PROBLEM REQUIREMENTS:
Your answer is one number: the count of lines below that hold the word "radians".

*** THE DATA Section Begins ***

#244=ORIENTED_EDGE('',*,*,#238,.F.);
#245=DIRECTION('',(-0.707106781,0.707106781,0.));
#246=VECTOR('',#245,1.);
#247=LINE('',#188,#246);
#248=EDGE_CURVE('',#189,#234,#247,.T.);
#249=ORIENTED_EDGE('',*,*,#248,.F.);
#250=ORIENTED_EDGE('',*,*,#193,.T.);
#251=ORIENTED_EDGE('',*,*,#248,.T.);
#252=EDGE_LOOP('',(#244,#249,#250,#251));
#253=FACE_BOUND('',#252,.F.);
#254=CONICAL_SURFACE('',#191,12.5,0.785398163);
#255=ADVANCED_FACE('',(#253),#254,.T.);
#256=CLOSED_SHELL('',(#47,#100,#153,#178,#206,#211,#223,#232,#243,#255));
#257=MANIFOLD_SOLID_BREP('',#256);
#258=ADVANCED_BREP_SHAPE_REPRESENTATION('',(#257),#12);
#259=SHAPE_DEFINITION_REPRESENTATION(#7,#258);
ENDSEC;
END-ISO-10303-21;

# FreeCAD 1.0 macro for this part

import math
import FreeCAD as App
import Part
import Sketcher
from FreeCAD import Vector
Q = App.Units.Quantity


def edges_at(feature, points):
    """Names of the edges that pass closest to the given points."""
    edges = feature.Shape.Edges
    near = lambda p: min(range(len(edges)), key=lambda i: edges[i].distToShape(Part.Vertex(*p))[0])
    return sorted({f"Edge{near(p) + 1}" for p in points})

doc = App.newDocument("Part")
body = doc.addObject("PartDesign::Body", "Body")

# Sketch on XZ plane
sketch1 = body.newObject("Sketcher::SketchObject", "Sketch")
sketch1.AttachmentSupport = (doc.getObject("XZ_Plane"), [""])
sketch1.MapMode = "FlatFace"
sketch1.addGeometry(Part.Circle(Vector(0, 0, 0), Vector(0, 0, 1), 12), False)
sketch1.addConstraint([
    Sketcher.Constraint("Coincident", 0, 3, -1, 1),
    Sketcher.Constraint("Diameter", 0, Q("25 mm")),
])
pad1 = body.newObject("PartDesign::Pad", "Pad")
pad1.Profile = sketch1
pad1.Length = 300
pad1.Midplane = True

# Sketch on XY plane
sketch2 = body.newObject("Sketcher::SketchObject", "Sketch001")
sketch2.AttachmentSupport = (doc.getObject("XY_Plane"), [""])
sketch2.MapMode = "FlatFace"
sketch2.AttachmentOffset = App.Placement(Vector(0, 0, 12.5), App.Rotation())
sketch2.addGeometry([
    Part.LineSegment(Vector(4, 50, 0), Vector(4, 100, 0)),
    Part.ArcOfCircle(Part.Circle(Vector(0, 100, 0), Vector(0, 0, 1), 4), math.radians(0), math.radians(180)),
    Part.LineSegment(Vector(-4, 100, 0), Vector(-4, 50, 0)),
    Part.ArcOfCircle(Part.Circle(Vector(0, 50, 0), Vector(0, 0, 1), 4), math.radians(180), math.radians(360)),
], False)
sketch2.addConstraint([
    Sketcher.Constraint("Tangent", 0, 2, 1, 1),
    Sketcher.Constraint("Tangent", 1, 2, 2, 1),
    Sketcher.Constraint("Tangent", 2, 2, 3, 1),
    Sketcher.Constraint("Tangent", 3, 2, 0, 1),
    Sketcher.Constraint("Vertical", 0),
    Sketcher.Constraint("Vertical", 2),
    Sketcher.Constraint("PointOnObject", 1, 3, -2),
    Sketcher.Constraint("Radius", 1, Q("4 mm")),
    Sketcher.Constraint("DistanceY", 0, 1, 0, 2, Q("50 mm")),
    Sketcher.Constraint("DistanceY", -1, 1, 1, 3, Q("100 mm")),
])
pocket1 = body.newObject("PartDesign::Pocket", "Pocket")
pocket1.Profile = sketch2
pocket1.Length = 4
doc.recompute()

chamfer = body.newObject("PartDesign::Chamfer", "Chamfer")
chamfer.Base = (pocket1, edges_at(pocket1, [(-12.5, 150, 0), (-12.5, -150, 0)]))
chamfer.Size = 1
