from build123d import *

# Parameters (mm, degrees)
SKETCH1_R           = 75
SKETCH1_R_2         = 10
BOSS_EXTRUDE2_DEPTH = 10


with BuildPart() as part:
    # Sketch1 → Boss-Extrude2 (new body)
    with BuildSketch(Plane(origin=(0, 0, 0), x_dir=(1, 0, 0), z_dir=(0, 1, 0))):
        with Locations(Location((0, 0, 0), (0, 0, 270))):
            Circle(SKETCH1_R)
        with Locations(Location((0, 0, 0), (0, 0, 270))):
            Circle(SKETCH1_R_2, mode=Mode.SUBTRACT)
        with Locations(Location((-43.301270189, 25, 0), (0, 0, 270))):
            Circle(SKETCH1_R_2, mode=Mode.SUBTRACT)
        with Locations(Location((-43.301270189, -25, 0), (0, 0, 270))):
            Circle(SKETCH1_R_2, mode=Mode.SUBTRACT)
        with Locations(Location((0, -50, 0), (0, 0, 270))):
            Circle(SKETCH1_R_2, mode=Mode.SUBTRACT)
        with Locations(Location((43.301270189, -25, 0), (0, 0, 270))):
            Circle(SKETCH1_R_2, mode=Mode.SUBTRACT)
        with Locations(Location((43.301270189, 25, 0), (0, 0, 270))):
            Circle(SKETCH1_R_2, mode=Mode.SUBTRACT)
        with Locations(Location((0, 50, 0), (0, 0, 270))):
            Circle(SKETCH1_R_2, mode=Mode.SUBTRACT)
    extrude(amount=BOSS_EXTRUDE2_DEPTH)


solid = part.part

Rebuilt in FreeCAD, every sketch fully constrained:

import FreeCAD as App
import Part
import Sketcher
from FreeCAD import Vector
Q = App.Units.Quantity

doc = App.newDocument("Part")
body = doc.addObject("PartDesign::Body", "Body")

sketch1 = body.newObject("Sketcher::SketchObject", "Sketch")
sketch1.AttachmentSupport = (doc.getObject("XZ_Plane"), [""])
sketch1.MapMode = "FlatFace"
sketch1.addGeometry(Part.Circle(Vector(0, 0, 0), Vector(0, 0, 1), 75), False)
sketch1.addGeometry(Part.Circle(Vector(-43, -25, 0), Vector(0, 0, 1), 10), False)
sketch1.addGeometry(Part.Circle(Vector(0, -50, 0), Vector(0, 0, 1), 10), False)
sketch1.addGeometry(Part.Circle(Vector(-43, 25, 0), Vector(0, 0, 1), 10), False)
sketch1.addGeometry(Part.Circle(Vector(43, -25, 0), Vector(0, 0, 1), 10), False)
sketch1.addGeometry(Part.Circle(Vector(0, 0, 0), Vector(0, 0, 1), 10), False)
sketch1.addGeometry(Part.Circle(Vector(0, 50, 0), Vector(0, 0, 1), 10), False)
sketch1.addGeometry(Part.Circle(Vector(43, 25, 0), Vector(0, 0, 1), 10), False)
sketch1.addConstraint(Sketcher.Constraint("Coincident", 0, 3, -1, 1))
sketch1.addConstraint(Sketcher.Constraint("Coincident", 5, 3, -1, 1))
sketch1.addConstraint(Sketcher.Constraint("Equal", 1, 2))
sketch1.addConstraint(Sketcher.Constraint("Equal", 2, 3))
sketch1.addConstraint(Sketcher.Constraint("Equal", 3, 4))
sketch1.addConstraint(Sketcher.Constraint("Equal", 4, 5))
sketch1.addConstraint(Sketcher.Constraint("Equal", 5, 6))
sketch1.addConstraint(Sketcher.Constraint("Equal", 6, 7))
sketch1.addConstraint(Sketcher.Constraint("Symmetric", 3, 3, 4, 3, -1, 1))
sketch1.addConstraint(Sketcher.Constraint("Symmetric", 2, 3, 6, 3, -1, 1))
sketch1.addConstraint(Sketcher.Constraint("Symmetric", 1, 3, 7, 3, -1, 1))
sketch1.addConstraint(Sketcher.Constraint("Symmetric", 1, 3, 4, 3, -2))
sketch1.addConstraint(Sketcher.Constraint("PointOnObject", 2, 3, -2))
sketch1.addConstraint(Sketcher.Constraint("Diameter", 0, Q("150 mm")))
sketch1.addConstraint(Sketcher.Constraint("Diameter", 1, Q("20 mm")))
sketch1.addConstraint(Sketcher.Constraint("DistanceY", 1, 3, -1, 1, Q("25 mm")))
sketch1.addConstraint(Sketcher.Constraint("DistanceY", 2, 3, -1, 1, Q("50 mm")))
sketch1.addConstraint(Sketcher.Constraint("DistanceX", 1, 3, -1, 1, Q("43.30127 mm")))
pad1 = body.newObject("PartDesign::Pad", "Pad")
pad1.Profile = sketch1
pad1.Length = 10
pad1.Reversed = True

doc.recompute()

*** THE DATA Section Ends ***

RESPONSE TO THIS EXERCISE:
2